• [What this task involves]:
Copy the lines exactly as they appear, starting with the first line of the records and ending with the line that contains "f 243 244 245".

Records from a data source:

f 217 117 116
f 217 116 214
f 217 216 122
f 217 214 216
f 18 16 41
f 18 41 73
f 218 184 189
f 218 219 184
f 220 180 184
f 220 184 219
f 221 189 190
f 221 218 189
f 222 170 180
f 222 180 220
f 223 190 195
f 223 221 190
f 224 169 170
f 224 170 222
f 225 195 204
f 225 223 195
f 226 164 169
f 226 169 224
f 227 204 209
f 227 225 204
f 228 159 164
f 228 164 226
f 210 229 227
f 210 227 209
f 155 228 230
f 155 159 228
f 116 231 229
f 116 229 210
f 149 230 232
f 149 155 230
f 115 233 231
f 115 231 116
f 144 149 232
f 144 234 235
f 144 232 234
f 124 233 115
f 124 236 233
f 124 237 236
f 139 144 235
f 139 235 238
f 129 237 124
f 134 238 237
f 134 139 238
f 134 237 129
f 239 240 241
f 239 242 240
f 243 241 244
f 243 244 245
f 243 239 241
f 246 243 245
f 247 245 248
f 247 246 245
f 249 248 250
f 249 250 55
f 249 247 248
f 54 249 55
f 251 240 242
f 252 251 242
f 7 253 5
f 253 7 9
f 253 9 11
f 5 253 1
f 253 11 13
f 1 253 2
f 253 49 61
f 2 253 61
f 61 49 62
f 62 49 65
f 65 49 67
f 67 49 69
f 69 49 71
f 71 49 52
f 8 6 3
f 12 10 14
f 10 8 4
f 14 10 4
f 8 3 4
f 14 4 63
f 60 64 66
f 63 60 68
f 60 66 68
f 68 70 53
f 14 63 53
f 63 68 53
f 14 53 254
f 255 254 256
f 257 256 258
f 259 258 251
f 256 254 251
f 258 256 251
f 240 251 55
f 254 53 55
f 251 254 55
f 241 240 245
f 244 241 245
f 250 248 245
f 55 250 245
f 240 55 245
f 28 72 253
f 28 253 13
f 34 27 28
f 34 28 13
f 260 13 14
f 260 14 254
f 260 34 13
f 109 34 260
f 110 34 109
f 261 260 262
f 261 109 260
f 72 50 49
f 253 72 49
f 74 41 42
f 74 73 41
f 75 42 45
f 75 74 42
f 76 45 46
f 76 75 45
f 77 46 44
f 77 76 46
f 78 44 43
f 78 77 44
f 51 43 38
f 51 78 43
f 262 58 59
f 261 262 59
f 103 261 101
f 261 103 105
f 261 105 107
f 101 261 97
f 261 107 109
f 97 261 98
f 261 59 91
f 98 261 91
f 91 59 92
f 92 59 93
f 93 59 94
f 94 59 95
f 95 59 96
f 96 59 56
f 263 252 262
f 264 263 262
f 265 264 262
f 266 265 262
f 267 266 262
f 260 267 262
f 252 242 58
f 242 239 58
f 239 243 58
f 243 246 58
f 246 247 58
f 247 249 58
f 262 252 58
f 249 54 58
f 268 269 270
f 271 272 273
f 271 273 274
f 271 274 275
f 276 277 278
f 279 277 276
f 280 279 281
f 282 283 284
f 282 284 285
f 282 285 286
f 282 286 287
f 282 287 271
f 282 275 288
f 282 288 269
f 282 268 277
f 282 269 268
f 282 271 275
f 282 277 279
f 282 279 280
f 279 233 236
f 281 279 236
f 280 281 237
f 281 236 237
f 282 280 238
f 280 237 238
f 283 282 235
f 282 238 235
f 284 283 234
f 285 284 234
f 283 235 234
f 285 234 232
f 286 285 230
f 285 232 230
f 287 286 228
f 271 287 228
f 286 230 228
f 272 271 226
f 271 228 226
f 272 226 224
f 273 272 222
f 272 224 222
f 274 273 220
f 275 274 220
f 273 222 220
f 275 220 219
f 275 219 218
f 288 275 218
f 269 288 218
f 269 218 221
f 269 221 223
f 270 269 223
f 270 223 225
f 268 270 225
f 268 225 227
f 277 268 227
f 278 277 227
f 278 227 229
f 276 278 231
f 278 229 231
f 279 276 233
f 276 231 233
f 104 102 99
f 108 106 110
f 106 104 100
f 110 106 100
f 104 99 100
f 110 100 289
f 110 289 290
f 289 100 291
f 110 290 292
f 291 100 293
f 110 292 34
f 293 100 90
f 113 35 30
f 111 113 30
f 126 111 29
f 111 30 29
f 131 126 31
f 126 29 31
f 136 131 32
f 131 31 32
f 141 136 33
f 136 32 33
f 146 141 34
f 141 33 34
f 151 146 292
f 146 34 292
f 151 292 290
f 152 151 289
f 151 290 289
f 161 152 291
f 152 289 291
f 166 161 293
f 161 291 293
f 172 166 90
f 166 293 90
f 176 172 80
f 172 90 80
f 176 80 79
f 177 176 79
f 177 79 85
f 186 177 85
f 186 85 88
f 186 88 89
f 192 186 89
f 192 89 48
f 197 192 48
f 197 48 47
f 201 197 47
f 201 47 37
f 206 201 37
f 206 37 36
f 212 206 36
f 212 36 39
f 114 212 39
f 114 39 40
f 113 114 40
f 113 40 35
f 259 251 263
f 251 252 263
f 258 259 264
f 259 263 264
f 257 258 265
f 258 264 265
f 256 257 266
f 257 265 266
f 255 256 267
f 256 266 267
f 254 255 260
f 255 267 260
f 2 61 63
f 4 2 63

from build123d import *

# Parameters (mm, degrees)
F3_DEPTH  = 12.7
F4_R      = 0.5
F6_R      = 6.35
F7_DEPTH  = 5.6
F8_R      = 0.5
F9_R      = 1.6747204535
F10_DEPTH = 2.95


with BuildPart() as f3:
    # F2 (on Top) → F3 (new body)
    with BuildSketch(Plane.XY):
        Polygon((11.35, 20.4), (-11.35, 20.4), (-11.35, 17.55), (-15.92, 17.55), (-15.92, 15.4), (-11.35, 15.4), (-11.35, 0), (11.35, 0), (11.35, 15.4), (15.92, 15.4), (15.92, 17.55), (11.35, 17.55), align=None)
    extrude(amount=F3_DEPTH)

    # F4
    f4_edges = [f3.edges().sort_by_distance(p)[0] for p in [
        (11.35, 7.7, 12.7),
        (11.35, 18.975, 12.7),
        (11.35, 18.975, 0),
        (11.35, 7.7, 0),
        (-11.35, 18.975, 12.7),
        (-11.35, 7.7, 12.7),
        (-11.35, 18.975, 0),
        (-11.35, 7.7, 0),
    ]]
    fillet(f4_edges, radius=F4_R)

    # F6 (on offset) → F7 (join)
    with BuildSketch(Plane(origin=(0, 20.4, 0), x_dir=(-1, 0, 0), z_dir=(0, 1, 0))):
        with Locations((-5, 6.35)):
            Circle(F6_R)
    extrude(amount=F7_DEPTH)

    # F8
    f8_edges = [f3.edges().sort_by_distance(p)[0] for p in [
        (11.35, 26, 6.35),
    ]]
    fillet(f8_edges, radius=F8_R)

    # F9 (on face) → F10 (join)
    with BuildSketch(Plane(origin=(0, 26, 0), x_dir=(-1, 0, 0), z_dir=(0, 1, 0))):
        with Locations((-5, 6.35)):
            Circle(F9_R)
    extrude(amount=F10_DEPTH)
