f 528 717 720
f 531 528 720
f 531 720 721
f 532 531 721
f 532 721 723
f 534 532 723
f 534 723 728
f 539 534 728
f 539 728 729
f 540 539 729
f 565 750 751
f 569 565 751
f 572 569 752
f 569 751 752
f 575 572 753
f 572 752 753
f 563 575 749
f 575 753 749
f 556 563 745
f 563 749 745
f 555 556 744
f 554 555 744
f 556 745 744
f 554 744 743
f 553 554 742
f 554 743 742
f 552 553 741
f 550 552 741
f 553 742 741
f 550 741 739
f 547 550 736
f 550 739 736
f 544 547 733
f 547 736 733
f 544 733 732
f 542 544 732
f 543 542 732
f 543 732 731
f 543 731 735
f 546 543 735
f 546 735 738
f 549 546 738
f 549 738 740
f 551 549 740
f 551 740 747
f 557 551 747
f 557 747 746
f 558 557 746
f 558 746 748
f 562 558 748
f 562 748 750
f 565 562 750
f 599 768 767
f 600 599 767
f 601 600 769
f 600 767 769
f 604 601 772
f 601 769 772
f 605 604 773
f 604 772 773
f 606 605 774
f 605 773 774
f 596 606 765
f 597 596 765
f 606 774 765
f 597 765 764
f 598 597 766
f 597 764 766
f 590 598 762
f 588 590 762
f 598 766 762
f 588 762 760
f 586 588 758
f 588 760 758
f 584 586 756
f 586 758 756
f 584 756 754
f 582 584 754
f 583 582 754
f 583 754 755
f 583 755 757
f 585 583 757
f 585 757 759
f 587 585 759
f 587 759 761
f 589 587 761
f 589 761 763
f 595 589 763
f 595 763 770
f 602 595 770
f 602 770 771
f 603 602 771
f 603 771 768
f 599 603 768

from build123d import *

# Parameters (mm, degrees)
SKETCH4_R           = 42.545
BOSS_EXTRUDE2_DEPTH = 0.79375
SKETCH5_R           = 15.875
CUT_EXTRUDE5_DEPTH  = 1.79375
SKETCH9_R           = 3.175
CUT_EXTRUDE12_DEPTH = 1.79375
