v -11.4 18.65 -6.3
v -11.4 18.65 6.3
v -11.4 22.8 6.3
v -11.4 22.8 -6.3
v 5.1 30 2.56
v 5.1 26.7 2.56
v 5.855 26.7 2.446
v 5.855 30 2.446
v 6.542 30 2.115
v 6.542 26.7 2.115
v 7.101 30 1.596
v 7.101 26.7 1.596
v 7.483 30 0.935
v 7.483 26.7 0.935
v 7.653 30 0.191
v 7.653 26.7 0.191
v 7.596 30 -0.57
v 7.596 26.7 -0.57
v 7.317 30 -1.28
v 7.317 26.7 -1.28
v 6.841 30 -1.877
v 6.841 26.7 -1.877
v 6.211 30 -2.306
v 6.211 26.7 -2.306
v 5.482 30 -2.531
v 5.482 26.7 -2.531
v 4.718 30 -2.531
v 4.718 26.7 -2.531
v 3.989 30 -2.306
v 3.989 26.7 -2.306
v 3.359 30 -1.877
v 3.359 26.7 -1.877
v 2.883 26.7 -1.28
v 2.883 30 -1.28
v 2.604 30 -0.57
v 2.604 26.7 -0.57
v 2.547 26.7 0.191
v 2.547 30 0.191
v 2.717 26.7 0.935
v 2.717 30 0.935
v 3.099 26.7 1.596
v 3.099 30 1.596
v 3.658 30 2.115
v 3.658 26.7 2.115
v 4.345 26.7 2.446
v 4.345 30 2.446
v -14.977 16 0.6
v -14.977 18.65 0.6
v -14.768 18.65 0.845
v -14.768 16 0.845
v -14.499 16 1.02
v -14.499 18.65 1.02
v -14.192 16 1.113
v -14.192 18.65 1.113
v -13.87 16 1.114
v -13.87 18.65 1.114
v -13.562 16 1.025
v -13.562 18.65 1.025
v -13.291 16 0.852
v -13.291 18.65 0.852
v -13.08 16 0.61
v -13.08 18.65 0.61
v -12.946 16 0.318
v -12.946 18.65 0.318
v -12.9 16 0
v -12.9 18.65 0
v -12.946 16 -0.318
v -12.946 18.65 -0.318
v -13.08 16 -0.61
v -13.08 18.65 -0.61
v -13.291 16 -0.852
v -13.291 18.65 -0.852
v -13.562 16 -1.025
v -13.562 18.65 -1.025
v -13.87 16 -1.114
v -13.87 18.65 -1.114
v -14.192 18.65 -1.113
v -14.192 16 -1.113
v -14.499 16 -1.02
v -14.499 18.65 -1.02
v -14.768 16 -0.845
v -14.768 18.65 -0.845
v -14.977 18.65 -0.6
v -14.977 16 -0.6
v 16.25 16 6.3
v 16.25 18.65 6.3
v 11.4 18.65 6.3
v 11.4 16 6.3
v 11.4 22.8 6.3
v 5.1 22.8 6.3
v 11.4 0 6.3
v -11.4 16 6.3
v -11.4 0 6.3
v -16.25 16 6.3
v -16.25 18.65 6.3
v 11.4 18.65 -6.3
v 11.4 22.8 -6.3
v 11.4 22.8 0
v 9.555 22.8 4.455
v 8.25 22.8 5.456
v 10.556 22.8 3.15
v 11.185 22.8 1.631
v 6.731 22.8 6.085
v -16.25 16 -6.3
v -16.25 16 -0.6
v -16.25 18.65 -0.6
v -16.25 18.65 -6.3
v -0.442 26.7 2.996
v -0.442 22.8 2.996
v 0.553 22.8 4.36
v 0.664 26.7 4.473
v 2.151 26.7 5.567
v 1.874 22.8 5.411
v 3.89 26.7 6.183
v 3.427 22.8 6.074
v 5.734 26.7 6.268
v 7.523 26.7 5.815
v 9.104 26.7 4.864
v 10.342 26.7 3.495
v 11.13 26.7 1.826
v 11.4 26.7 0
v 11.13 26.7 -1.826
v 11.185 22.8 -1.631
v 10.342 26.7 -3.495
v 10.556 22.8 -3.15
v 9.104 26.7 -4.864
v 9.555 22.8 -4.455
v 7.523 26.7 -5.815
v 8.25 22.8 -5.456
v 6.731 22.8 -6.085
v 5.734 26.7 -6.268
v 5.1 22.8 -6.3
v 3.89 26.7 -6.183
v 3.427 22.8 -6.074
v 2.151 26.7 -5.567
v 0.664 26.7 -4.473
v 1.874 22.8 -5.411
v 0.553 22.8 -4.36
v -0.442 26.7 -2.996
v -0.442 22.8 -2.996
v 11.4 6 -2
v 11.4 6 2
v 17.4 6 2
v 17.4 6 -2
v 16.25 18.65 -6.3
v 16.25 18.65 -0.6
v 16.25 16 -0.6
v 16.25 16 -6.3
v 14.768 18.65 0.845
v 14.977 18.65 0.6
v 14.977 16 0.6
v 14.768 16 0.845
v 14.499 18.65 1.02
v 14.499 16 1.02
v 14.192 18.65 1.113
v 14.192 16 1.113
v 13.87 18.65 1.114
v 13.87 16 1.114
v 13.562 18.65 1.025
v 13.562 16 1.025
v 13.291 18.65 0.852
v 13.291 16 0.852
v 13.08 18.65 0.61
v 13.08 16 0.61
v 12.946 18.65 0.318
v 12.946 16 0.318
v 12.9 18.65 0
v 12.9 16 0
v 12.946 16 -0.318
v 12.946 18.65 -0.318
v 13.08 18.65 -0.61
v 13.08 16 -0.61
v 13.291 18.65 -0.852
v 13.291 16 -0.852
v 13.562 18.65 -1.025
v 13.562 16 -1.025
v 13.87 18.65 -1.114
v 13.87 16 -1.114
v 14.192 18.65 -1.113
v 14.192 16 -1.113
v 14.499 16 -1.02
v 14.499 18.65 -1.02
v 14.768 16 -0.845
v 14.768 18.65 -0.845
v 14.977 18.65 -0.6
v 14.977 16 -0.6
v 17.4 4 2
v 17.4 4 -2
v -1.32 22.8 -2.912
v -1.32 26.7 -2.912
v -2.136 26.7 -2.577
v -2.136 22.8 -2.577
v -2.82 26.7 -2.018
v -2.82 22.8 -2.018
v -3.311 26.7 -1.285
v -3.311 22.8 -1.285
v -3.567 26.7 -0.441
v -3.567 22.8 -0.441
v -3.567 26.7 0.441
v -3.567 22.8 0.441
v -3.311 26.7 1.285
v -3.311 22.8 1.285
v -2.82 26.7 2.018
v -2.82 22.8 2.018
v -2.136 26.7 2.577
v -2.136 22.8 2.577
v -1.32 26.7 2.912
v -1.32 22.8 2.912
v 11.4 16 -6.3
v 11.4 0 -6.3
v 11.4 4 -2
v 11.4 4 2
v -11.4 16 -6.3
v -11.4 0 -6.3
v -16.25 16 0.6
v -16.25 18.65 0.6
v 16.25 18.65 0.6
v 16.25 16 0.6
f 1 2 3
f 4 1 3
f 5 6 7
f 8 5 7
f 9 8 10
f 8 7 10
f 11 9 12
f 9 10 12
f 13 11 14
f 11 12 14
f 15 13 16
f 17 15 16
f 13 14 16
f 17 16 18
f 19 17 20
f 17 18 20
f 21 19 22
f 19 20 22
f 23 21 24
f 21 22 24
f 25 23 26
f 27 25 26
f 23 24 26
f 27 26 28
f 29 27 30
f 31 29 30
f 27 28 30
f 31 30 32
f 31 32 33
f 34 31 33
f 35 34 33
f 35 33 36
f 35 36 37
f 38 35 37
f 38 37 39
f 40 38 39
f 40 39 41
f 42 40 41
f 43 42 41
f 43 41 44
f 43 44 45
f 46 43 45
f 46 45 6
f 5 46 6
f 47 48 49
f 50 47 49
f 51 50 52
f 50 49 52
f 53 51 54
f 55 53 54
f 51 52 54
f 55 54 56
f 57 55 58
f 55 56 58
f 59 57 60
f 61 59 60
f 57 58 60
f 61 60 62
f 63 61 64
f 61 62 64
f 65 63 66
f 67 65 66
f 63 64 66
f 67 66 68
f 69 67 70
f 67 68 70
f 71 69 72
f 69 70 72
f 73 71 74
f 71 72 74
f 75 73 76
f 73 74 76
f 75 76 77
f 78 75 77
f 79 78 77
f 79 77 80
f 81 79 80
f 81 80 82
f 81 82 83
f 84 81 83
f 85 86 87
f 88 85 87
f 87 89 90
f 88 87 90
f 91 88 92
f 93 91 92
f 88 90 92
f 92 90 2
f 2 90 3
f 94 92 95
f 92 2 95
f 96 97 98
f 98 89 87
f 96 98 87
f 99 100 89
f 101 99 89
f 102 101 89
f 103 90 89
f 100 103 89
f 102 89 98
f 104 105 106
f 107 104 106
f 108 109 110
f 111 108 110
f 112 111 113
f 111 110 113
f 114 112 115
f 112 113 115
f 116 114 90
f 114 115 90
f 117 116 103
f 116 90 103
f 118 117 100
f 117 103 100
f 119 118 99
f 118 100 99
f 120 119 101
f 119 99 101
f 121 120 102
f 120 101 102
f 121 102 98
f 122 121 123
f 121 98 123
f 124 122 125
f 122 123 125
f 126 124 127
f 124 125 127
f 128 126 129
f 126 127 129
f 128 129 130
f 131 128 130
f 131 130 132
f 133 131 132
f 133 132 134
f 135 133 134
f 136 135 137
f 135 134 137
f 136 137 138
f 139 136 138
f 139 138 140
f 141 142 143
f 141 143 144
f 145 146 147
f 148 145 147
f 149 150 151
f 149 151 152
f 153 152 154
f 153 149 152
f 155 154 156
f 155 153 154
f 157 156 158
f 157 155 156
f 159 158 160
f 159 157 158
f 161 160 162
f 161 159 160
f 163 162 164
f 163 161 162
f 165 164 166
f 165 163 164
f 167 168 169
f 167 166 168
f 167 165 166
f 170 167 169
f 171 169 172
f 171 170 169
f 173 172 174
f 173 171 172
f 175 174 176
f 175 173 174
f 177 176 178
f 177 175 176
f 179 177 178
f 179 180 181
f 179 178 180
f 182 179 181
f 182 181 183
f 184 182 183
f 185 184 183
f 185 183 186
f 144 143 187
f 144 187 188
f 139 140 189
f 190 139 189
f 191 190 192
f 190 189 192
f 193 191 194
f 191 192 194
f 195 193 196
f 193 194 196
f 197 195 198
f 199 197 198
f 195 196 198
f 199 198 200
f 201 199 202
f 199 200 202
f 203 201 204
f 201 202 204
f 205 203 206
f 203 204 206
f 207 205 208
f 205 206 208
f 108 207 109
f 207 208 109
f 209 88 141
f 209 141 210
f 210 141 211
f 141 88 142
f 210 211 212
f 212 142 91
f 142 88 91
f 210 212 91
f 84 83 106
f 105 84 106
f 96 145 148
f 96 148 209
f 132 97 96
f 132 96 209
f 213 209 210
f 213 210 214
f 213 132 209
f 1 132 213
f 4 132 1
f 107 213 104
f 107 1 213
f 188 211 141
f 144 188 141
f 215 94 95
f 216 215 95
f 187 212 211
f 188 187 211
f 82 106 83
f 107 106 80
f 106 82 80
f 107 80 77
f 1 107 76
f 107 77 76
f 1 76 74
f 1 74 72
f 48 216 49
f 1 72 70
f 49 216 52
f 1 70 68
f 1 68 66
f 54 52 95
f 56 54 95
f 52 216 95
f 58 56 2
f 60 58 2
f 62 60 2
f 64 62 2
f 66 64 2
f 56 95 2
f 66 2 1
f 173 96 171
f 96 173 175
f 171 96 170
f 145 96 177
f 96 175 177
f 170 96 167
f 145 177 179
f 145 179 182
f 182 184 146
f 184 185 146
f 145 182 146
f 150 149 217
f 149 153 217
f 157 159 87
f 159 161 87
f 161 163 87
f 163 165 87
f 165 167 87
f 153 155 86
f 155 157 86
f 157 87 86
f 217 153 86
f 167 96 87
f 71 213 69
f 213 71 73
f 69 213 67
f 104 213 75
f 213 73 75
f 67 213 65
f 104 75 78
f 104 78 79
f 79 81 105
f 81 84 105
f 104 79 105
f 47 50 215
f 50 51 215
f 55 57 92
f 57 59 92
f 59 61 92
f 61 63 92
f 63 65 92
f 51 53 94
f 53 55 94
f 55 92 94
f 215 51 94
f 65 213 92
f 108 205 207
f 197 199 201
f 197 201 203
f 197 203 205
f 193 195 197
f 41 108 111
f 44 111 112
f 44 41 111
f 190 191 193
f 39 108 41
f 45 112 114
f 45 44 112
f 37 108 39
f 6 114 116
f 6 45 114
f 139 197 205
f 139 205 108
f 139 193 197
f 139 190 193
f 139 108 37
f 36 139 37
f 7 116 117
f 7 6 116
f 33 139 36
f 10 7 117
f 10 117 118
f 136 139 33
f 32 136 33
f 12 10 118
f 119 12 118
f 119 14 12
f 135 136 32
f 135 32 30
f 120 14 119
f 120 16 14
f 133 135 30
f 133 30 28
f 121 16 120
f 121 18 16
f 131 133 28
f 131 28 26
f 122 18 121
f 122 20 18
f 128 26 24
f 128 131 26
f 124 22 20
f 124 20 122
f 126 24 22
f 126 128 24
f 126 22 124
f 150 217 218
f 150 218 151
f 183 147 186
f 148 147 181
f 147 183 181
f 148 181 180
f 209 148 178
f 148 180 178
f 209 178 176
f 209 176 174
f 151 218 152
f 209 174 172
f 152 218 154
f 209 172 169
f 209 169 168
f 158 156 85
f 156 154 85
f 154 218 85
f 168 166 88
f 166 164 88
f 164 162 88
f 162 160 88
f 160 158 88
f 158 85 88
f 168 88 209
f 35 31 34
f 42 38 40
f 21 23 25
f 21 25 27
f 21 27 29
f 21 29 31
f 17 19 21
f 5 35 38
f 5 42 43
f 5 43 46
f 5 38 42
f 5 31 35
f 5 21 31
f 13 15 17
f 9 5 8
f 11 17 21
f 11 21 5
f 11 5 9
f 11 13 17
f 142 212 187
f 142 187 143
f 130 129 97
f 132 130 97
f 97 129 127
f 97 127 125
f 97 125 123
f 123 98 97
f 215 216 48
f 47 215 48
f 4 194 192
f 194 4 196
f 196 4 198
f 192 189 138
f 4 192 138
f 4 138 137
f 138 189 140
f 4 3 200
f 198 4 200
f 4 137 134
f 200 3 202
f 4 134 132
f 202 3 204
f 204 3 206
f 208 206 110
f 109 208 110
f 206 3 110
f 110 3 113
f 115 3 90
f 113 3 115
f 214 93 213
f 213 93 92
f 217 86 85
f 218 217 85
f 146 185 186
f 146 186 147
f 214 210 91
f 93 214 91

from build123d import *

# Parameters (mm, degrees)
BODY_DEPTH     = 6.3
HUB_BODY_DEPTH = 3.9
HUB_START      = -26.7
SKETCH3_R      = 2.56
HUB_DEPTH      = 30
HOLES_REACH    = 27.526
SKETCH5_W      = 4
SKETCH5_H      = 2
WIRES_2_DEPTH  = 6


with BuildPart() as part:
    # front body → body (new, symmetric)
    with BuildSketch(Plane.XY):
        Polygon((-11.4, 22.8), (11.4, 22.8), (11.4, 18.65), (16.25, 18.65), (16.25, 16), (11.4, 16), (11.4, 0), (-11.4, 0), (-11.4, 16), (-16.25, 16), (-16.25, 18.65), (-11.4, 18.65), align=None)
    extrude(amount=BODY_DEPTH, both=True)

    # Sketch2 → hub body (add)
    with BuildSketch(Plane(origin=(0, 22.8, 0), x_dir=(1, 0, 0), z_dir=(0, 1, 0))):
        with BuildLine():
            ThreePointArc((-0.442105263, -2.995841994), (11.4, 0), (-0.442105263, 2.995841994))
            ThreePointArc((-0.442105263, 2.995841994), (-3.6, 0), (-0.442105263, -2.995841994))
        make_face()
    extrude(amount=HUB_BODY_DEPTH)

    # Sketch3 → hub (add)
    with BuildSketch(Plane(origin=(0, 26.7, 0), x_dir=(1, 0, 0), z_dir=(0, 1, 0)).offset(HUB_START)):
        with Locations(Location((5.1, 0, 0), (0, 0, 270))):
            Circle(SKETCH3_R)
    extrude(amount=HUB_DEPTH)

    # mounting holes → holes (cut, up to next)
    with BuildSketch(Plane(origin=(0, 18.65, 0), x_dir=(1, 0, 0), z_dir=(0, 1, 0)), mode=Mode.PRIVATE) as holes_sk1:
        with BuildLine():
            Line((-14.976643316, 0.6), (-16.25, 0.6))
            Line((-16.25, 0.6), (-16.25, -0.6))
            Line((-16.25, -0.6), (-14.976643316, -0.6))
            ThreePointArc((-14.976643316, -0.6), (-12.9, 0), (-14.976643316, 0.6))
        make_face()
    holes_tool1 = extrude(holes_sk1.sketch, amount=-HOLES_REACH, mode=Mode.PRIVATE) & part.part
    # mounting holes → holes (cut, up to next)
    with BuildSketch(Plane(origin=(0, 18.65, 0), x_dir=(1, 0, 0), z_dir=(0, 1, 0)), mode=Mode.PRIVATE) as holes_sk2:
        with BuildLine():
            Line((16.25, 0.6), (16.25, -0.6))
            Line((16.25, -0.6), (14.976643316, -0.6))
            ThreePointArc((14.976643316, -0.6), (12.9, 0), (14.976643316, 0.6))
            Line((14.976643316, 0.6), (16.25, 0.6))
        make_face()
    holes_tool2 = extrude(holes_sk2.sketch, amount=-HOLES_REACH, mode=Mode.PRIVATE) & part.part
    add(holes_tool1.solids().sort_by_distance((-14.450684, 18.65, 0))[0], mode=Mode.SUBTRACT)
    add(holes_tool2.solids().sort_by_distance((14.450684, 18.65, 0))[0], mode=Mode.SUBTRACT)

    # Sketch5 → Wires 2 (add)
    with BuildSketch(Plane(origin=(11.4, 0, 0), x_dir=(0, 0, -1), z_dir=(1, 0, 0))):
        with Locations((0, 5)):
            Rectangle(SKETCH5_W, SKETCH5_H)
    extrude(amount=WIRES_2_DEPTH)


solid = part.part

• [Task solution]:
f 217 117 116
f 217 116 214
f 217 216 122
f 217 214 216
f 18 16 41
f 18 41 73
f 218 184 189
f 218 219 184
f 220 180 184
f 220 184 219
f 221 189 190
f 221 218 189
f 222 170 180
f 222 180 220
f 223 190 195
f 223 221 190
f 224 169 170
f 224 170 222
f 225 195 204
f 225 223 195
f 226 164 169
f 226 169 224
f 227 204 209
f 227 225 204
f 228 159 164
f 228 164 226
f 210 229 227
f 210 227 209
f 155 228 230
f 155 159 228
f 116 231 229
f 116 229 210
f 149 230 232
f 149 155 230
f 115 233 231
f 115 231 116
f 144 149 232
f 144 234 235
f 144 232 234
f 124 233 115
f 124 236 233
f 124 237 236
f 139 144 235
f 139 235 238
f 129 237 124
f 134 238 237
f 134 139 238
f 134 237 129
f 239 240 241
f 239 242 240
f 243 241 244
f 243 244 245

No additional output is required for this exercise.